[Dataset entries]
○ ○ ○ ○

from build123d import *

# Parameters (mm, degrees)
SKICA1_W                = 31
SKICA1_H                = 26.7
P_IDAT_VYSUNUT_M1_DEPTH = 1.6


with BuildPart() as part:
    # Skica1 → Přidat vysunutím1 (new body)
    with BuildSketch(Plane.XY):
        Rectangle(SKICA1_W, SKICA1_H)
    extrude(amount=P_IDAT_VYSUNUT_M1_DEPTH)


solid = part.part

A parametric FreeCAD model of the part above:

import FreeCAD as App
import Part
import Sketcher
from FreeCAD import Vector
Q = App.Units.Quantity


def add_polygon(sketch, points):
    """Adds a closed chain of lines whose ends are joined by coincident constraints."""
    first, n = sketch.GeometryCount, len(points)
    for a, b in zip(points, points[1:] + points[:1]):
        sketch.addGeometry(Part.LineSegment(App.Vector(*a, 0), App.Vector(*b, 0)), False)
    for i in range(n):
        sketch.addConstraint(Sketcher.Constraint("Coincident", first + i, 2, first + (i + 1) % n, 1))

doc = App.newDocument("Part")
params = doc.addObject("Spreadsheet::Sheet", "Params")
for row, (alias, value) in enumerate([
    ("sketch1_width", "31 mm"),
    ("sketch1_height", "26.7 mm"),
    ("pad1_length", "1.6 mm"),
], start=1):
    params.set(f"A{row}", alias)
    params.set(f"B{row}", "=" + value)
    params.setAlias(f"B{row}", alias)

body = doc.addObject("PartDesign::Body", "Body")

sketch1 = body.newObject("Sketcher::SketchObject", "Sketch")
sketch1.AttachmentSupport = (doc.getObject("XY_Plane"), [""])
sketch1.MapMode = "FlatFace"
add_polygon(sketch1, [(-15.5, 13.35), (-15.5, -13.35), (15.5, -13.35), (15.5, 13.35)])
sketch1.addConstraint([
    Sketcher.Constraint("Vertical", 0),
    Sketcher.Constraint("Horizontal", 1),
    Sketcher.Constraint("Vertical", 2),
    Sketcher.Constraint("Horizontal", 3),
    Sketcher.Constraint("Symmetric", 0, 2, 2, 2, -1, 1),
    Sketcher.Constraint("DistanceX", 1, 1, 1, 2, Q("31 mm")),
    Sketcher.Constraint("DistanceY", 0, 2, 0, 1, Q("26.7 mm")),
])
sketch1.setExpression("Constraints[9]", "Params.sketch1_width")
sketch1.setExpression("Constraints[10]", "Params.sketch1_height")
pad1 = body.newObject("PartDesign::Pad", "Pad")
pad1.Profile = sketch1
pad1.setExpression("Length", "Params.pad1_length")

doc.recompute()
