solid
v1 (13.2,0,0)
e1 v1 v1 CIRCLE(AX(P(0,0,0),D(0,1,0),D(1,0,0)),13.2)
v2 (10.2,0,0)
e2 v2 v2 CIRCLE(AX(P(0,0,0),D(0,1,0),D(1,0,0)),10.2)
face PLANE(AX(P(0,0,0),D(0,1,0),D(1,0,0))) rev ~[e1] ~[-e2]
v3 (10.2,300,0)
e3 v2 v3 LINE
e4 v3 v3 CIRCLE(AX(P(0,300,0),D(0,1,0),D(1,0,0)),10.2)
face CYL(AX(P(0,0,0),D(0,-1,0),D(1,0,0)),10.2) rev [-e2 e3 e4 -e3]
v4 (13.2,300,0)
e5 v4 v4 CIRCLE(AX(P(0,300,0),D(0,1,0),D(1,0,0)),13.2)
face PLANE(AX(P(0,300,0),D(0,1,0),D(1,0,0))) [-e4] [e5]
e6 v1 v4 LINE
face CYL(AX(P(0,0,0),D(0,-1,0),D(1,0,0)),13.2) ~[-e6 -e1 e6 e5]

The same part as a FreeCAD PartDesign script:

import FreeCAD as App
import Part
import Sketcher

V = App.Vector
Q = App.Units.Quantity

doc = App.newDocument("Part")
params = doc.addObject("Spreadsheet::Sheet", "Params")
for row, (alias, value) in enumerate([
    ("sketch1_diameter", "26.4 mm"),
    ("sketch1_diameter2", "20.4 mm"),
    ("pad1_length", "300 mm"),
], start=1):
    params.set(f"A{row}", alias)
    params.set(f"B{row}", "=" + value)
    params.setAlias(f"B{row}", alias)

body = doc.addObject("PartDesign::Body", "Body")

sketch1 = body.newObject("Sketcher::SketchObject", "Sketch")
sketch1.AttachmentSupport = (doc.getObject("XZ_Plane"), [""])
sketch1.MapMode = "FlatFace"
sketch1.addGeometry(Part.Circle(V(0, 0, 0), V(0, 0, 1), 13), False)
sketch1.addGeometry(Part.Circle(V(0, 0, 0), V(0, 0, 1), 10), False)
sketch1.addConstraint(Sketcher.Constraint("Coincident", 0, 3, -1, 1))
sketch1.addConstraint(Sketcher.Constraint("Coincident", 1, 3, -1, 1))
sketch1.addConstraint(Sketcher.Constraint("Diameter", 0, Q("26.4 mm")))
sketch1.addConstraint(Sketcher.Constraint("Diameter", 1, Q("20.4 mm")))
sketch1.setExpression("Constraints[2]", "Params.sketch1_diameter")
sketch1.setExpression("Constraints[3]", "Params.sketch1_diameter2")
pad1 = body.newObject("PartDesign::Pad", "Pad")
pad1.Profile = sketch1
pad1.setExpression("Length", "Params.pad1_length")
pad1.Reversed = True

doc.recompute()
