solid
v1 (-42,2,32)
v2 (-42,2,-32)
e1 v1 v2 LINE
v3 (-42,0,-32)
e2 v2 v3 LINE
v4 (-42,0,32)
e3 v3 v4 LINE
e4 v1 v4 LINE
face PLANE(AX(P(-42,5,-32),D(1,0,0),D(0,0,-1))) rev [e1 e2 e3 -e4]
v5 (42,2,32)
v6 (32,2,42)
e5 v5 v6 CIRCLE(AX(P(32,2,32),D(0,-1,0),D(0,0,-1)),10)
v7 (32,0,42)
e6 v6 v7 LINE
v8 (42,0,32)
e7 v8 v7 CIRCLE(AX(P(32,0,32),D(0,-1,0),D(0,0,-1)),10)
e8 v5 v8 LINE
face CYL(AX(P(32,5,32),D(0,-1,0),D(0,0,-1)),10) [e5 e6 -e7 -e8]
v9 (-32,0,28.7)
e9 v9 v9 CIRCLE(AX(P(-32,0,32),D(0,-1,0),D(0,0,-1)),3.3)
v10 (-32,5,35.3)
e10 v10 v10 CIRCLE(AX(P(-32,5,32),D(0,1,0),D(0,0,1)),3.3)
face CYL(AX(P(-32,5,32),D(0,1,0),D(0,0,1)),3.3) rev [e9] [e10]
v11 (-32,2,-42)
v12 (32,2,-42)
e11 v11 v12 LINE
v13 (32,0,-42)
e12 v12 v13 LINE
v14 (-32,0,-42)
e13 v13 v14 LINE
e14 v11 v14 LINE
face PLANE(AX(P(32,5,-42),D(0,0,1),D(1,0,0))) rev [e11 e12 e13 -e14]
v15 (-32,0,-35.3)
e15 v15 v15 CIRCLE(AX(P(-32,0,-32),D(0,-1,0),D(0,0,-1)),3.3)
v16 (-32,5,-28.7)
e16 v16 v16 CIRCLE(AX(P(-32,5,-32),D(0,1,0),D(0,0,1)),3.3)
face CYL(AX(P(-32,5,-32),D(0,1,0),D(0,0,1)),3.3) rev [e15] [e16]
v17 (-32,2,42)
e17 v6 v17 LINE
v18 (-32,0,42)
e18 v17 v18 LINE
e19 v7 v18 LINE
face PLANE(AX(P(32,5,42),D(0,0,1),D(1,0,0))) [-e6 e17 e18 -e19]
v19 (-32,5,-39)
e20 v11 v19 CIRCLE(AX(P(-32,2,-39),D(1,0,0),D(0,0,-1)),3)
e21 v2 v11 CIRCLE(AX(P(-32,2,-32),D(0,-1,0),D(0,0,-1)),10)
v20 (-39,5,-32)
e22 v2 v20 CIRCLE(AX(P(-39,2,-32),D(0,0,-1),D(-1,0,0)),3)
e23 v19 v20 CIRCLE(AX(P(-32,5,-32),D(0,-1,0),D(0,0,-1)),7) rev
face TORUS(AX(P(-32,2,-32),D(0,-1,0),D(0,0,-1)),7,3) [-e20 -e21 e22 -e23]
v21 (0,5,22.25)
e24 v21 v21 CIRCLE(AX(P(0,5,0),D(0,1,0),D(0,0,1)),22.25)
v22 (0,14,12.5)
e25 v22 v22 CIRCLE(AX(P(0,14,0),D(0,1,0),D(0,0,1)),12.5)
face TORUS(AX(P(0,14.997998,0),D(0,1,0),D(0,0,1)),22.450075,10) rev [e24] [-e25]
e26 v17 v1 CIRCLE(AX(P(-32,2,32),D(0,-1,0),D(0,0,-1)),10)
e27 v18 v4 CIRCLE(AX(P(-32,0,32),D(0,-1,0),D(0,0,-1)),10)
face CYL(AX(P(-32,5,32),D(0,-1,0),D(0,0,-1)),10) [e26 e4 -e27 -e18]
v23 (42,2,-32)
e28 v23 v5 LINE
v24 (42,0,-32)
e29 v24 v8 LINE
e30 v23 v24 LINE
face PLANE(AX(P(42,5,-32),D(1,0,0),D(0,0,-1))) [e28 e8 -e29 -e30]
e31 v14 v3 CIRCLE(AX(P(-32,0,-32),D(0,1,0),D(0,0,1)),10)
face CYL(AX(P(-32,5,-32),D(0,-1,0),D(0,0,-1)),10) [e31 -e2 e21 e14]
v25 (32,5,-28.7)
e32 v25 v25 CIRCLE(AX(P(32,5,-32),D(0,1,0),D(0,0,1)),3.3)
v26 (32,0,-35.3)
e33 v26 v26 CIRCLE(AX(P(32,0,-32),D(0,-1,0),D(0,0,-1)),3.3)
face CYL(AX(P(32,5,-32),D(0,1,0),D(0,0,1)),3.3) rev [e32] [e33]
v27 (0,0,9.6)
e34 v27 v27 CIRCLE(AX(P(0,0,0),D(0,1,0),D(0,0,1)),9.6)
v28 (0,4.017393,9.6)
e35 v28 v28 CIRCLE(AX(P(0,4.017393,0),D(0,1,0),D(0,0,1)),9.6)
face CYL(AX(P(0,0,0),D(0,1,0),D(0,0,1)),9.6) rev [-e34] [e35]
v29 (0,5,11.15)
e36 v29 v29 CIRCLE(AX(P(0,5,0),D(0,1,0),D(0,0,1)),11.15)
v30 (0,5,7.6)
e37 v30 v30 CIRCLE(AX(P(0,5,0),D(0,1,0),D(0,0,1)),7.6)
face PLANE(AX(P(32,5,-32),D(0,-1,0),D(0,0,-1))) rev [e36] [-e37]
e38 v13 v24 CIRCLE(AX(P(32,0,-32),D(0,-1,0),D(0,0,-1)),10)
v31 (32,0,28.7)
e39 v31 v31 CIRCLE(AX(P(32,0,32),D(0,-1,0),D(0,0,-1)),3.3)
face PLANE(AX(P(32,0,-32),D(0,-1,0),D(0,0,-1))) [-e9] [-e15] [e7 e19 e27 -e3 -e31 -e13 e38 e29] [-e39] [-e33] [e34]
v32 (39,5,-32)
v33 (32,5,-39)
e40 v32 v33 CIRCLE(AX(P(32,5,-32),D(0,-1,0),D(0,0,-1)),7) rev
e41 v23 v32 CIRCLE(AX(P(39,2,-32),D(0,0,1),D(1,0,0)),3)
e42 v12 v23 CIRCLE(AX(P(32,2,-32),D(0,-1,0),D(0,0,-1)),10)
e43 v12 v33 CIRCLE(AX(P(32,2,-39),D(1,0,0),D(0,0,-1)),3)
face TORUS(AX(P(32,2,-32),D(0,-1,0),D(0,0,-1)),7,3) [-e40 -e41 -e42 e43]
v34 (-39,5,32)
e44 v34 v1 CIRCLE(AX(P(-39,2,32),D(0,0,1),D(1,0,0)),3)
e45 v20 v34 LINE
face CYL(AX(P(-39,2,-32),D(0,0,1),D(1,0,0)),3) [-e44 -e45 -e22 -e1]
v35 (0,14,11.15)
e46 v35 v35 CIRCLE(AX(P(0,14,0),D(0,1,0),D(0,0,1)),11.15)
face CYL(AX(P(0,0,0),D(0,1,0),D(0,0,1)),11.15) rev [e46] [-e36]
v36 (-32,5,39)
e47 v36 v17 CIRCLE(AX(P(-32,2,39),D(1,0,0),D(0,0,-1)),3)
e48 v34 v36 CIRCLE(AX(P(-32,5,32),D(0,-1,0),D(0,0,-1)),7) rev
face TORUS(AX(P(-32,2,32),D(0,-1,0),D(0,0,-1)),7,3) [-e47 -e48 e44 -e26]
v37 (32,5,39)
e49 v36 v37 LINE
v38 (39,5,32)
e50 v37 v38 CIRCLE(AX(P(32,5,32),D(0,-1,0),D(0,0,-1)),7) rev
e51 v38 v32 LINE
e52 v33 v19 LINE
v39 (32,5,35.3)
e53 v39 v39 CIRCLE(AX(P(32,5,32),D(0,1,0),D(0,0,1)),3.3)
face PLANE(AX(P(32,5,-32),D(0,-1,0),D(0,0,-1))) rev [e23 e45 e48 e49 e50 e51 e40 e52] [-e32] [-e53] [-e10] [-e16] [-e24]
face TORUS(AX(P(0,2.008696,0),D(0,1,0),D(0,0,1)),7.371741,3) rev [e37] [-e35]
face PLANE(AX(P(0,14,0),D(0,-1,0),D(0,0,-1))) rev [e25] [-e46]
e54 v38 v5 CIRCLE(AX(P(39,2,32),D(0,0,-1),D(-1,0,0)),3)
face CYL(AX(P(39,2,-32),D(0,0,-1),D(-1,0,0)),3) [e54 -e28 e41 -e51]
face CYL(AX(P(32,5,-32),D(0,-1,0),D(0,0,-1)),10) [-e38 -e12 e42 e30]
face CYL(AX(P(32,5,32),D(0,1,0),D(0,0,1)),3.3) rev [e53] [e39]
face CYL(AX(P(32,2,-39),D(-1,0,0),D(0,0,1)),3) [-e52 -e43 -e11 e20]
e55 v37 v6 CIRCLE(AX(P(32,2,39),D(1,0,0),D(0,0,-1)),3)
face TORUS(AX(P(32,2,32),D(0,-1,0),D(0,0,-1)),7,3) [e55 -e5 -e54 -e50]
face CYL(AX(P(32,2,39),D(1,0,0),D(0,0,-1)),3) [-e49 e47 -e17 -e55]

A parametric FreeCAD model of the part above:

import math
import FreeCAD as App
import Part
import Sketcher

V = App.Vector


def edges_at(feature, points):
    """Names of the edges that pass closest to the given points."""
    edges = feature.Shape.Edges
    near = lambda p: min(range(len(edges)), key=lambda i: edges[i].distToShape(Part.Vertex(*p))[0])
    return sorted({f"Edge{near(p) + 1}" for p in points})

doc = App.newDocument("Part")
body = doc.addObject("PartDesign::Body", "Body")

# Sketch on XZ plane
sketch1 = body.newObject("Sketcher::SketchObject", "Sketch")
sketch1.AttachmentSupport = (doc.getObject("XZ_Plane"), [""])
sketch1.MapMode = "FlatFace"
sketch1.addGeometry([
    Part.LineSegment(V(32, -42, 0), V(-32, -42, 0)),  # 0
    Part.ArcOfCircle(Part.Circle(V(-32, -32, 0), V(0, 0, 1), 10), math.radians(180), math.radians(270)),  # 1
    Part.LineSegment(V(-42, -32, 0), V(-42, 32, 0)),  # 2
    Part.ArcOfCircle(Part.Circle(V(-32, 32, 0), V(0, 0, 1), 10), math.radians(90), math.radians(180)),  # 3
    Part.LineSegment(V(-32, 42, 0), V(32, 42, 0)),  # 4
    Part.ArcOfCircle(Part.Circle(V(32, 32, 0), V(0, 0, 1), 10), math.radians(0), math.radians(90)),  # 5
    Part.LineSegment(V(42, 32, 0), V(42, -32, 0)),  # 6
    Part.ArcOfCircle(Part.Circle(V(32, -32, 0), V(0, 0, 1), 10), math.radians(-90), math.radians(0)),  # 7
], False)
sketch1.addConstraint([
    Sketcher.Constraint("Tangent", 0, 2, 1, 2),
    Sketcher.Constraint("Tangent", 1, 1, 2, 1),
    Sketcher.Constraint("Tangent", 2, 2, 3, 2),
    Sketcher.Constraint("Tangent", 3, 1, 4, 1),
    Sketcher.Constraint("Tangent", 4, 2, 5, 2),
    Sketcher.Constraint("Tangent", 5, 1, 6, 1),
    Sketcher.Constraint("Tangent", 6, 2, 7, 2),
    Sketcher.Constraint("Tangent", 7, 1, 0, 1),
    Sketcher.Constraint("Horizontal", 0),
    Sketcher.Constraint("Vertical", 2),
    Sketcher.Constraint("Horizontal", 4),
    Sketcher.Constraint("Vertical", 6),
    Sketcher.Constraint("Equal", 1, 3),
    Sketcher.Constraint("Equal", 3, 5),
    Sketcher.Constraint("Equal", 5, 7),
    Sketcher.Constraint("Symmetric", 1, 3, 5, 3, -1, 1),
    Sketcher.Constraint("Equal", 4, 2),
    Sketcher.Constraint("Radius", 1, 10.0),
    Sketcher.Constraint("DistanceX", 0, 2, 0, 1, 64.0),
])
pad1 = body.newObject("PartDesign::Pad", "Pad")
pad1.Profile = sketch1
pad1.Length = 5
pad1.Reversed = True

# Sketch on XY plane
sketch2 = body.newObject("Sketcher::SketchObject", "Sketch001")
sketch2.AttachmentSupport = (doc.getObject("XY_Plane"), [""])
sketch2.MapMode = "FlatFace"
sketch2.addGeometry([
    Part.LineSegment(V(-22.2, 5, 0), V(-11.2, 5, 0)),
    Part.LineSegment(V(-11.2, 5, 0), V(-11.2, 14, 0)),
    Part.LineSegment(V(-11.2, 14, 0), V(-12.5, 14, 0)),
    Part.ArcOfCircle(Part.Circle(V(-22.5, 15, 0), V(0, 0, 1), 10), math.radians(-89), math.radians(-6)),
], False)
sketch2.addConstraint([
    Sketcher.Constraint("Coincident", 0, 2, 1, 1),
    Sketcher.Constraint("Coincident", 1, 2, 2, 1),
    Sketcher.Constraint("Coincident", 2, 2, 3, 2),
    Sketcher.Constraint("Coincident", 3, 1, 0, 1),
    Sketcher.Constraint("Horizontal", 0),
    Sketcher.Constraint("Vertical", 1),
    Sketcher.Constraint("Horizontal", 2),
    Sketcher.Constraint("Radius", 3, 10.0),
    Sketcher.Constraint("DistanceY", 1, 1, 1, 2, 9.0),
    Sketcher.Constraint("DistanceX", 0, 1, 0, 2, 11.1),
    Sketcher.Constraint("DistanceY", -1, 1, 0, 2, 5.0),
    Sketcher.Constraint("DistanceX", 2, 2, 2, 1, 1.35),
    Sketcher.Constraint("DistanceX", 2, 2, -1, 1, 12.5),
])
revolution = body.newObject("PartDesign::Revolution", "Revolution")
revolution.Profile = sketch2
revolution.ReferenceAxis = (sketch2, ["V_Axis"])
revolution.Angle = 360

# Sketch on XY plane
sketch3 = body.newObject("Sketcher::SketchObject", "Sketch002")
sketch3.AttachmentSupport = (doc.getObject("XY_Plane"), [""])
sketch3.MapMode = "FlatFace"
sketch3.addGeometry([
    Part.LineSegment(V(0, 0, 0), V(0, 5, 0)),  # 0
    Part.LineSegment(V(0, 5, 0), V(-7.6, 5, 0)),  # 1
    Part.ArcOfCircle(Part.Circle(V(-7.4, 2, 0), V(0, 0, 1), 3), math.radians(94), math.radians(138)),  # 2
    Part.LineSegment(V(-9.6, 4, 0), V(-9.6, 0, 0)),  # 3
    Part.LineSegment(V(-9.6, 0, 0), V(0, 0, 0)),  # 4
], False)
sketch3.addConstraint([
    Sketcher.Constraint("Coincident", 0, 2, 1, 1),
    Sketcher.Constraint("Coincident", 1, 2, 2, 1),
    Sketcher.Constraint("Coincident", 2, 2, 3, 1),
    Sketcher.Constraint("Coincident", 3, 2, 4, 1),
    Sketcher.Constraint("Coincident", 4, 2, 0, 1),
    Sketcher.Constraint("Vertical", 0),
    Sketcher.Constraint("Horizontal", 1),
    Sketcher.Constraint("Vertical", 3),
    Sketcher.Constraint("Horizontal", 4),
    Sketcher.Constraint("Coincident", 4, 2, -1, 1),
    Sketcher.Constraint("Radius", 2, 3.0),
    Sketcher.Constraint("DistanceY", 0, 1, 0, 2, 5.0),
    Sketcher.Constraint("DistanceX", 1, 2, 1, 1, 7.6),
    Sketcher.Constraint("DistanceX", 4, 1, 4, 2, 9.6),
    Sketcher.Constraint("DistanceY", 3, 2, 3, 1, 4.017393),
])
groove = body.newObject("PartDesign::Groove", "Groove")
groove.Profile = sketch3
groove.ReferenceAxis = (sketch3, ["V_Axis"])
groove.Angle = 360
doc.recompute()

fillet = body.newObject("PartDesign::Fillet", "Fillet")
fillet.Base = (groove, edges_at(groove, [
    (39.071, 5, 39.071),
    (0, 5, 42),
    (-39.071, 5, 39.071),
    (-42, 5, 0),
    (-39.071, 5, -39.071),
    (0, 5, -42),
    (39.071, 5, -39.071),
    (42, 5, 0),
]))
fillet.Radius = 3

# Sketch on XZ plane
sketch4 = body.newObject("Sketcher::SketchObject", "Sketch003")
sketch4.AttachmentSupport = (doc.getObject("XZ_Plane"), [""])
sketch4.MapMode = "FlatFace"
sketch4.AttachmentOffset = App.Placement(V(0, 0, -5), App.Rotation())
sketch4.addGeometry([
    Part.Circle(V(-32, -32, 0), V(0, 0, 1), 3.3),
    Part.Circle(V(-32, 32, 0), V(0, 0, 1), 3.3),
    Part.Circle(V(32, 32, 0), V(0, 0, 1), 3.3),
    Part.Circle(V(32, -32, 0), V(0, 0, 1), 3.3),
], False)
sketch4.addConstraint([
    Sketcher.Constraint("Equal", 0, 1),
    Sketcher.Constraint("Equal", 1, 2),
    Sketcher.Constraint("Equal", 2, 3),
    Sketcher.Constraint("Symmetric", 0, 3, 2, 3, -1, 1),
    Sketcher.Constraint("Symmetric", 1, 3, 3, 3, -1, 1),
    Sketcher.Constraint("Symmetric", 1, 3, 2, 3, -2),
    Sketcher.Constraint("Diameter", 0, 6.6),
    Sketcher.Constraint("DistanceX", 0, 3, -1, 1, 32.0),
    Sketcher.Constraint("DistanceY", 0, 3, -1, 1, 32.0),
])
doc.recompute()
hole = body.newObject("PartDesign::Hole", "Hole")
hole.Profile = sketch4
hole.ThreadType = "None"
hole.Diameter = 6.6
hole.DepthType = "Dimension"
hole.Depth = 8
hole.DrillPoint = "Angled"
hole.DrillPointAngle = 118
hole.Reversed = True

doc.recompute()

○ ○ ○ ○

Only one stretch of the records above is wanted: the lines between the one holding "v1 (-42,2,32)" and the one holding "e23 v19 v20", inclusive, reproduced exactly.

v1 (-42,2,32)
v2 (-42,2,-32)
e1 v1 v2 LINE
v3 (-42,0,-32)
e2 v2 v3 LINE
v4 (-42,0,32)
e3 v3 v4 LINE
e4 v1 v4 LINE
face PLANE(AX(P(-42,5,-32),D(1,0,0),D(0,0,-1))) rev [e1 e2 e3 -e4]
v5 (42,2,32)
v6 (32,2,42)
e5 v5 v6 CIRCLE(AX(P(32,2,32),D(0,-1,0),D(0,0,-1)),10)
v7 (32,0,42)
e6 v6 v7 LINE
v8 (42,0,32)
e7 v8 v7 CIRCLE(AX(P(32,0,32),D(0,-1,0),D(0,0,-1)),10)
e8 v5 v8 LINE
face CYL(AX(P(32,5,32),D(0,-1,0),D(0,0,-1)),10) [e5 e6 -e7 -e8]
v9 (-32,0,28.7)
e9 v9 v9 CIRCLE(AX(P(-32,0,32),D(0,-1,0),D(0,0,-1)),3.3)
v10 (-32,5,35.3)
e10 v10 v10 CIRCLE(AX(P(-32,5,32),D(0,1,0),D(0,0,1)),3.3)
face CYL(AX(P(-32,5,32),D(0,1,0),D(0,0,1)),3.3) rev [e9] [e10]
v11 (-32,2,-42)
v12 (32,2,-42)
e11 v11 v12 LINE
v13 (32,0,-42)
e12 v12 v13 LINE
v14 (-32,0,-42)
e13 v13 v14 LINE
e14 v11 v14 LINE
face PLANE(AX(P(32,5,-42),D(0,0,1),D(1,0,0))) rev [e11 e12 e13 -e14]
v15 (-32,0,-35.3)
e15 v15 v15 CIRCLE(AX(P(-32,0,-32),D(0,-1,0),D(0,0,-1)),3.3)
v16 (-32,5,-28.7)
e16 v16 v16 CIRCLE(AX(P(-32,5,-32),D(0,1,0),D(0,0,1)),3.3)
face CYL(AX(P(-32,5,-32),D(0,1,0),D(0,0,1)),3.3) rev [e15] [e16]
v17 (-32,2,42)
e17 v6 v17 LINE
v18 (-32,0,42)
e18 v17 v18 LINE
e19 v7 v18 LINE
face PLANE(AX(P(32,5,42),D(0,0,1),D(1,0,0))) [-e6 e17 e18 -e19]
v19 (-32,5,-39)
e20 v11 v19 CIRCLE(AX(P(-32,2,-39),D(1,0,0),D(0,0,-1)),3)
e21 v2 v11 CIRCLE(AX(P(-32,2,-32),D(0,-1,0),D(0,0,-1)),10)
v20 (-39,5,-32)
e22 v2 v20 CIRCLE(AX(P(-39,2,-32),D(0,0,-1),D(-1,0,0)),3)
e23 v19 v20 CIRCLE(AX(P(-32,5,-32),D(0,-1,0),D(0,0,-1)),7) rev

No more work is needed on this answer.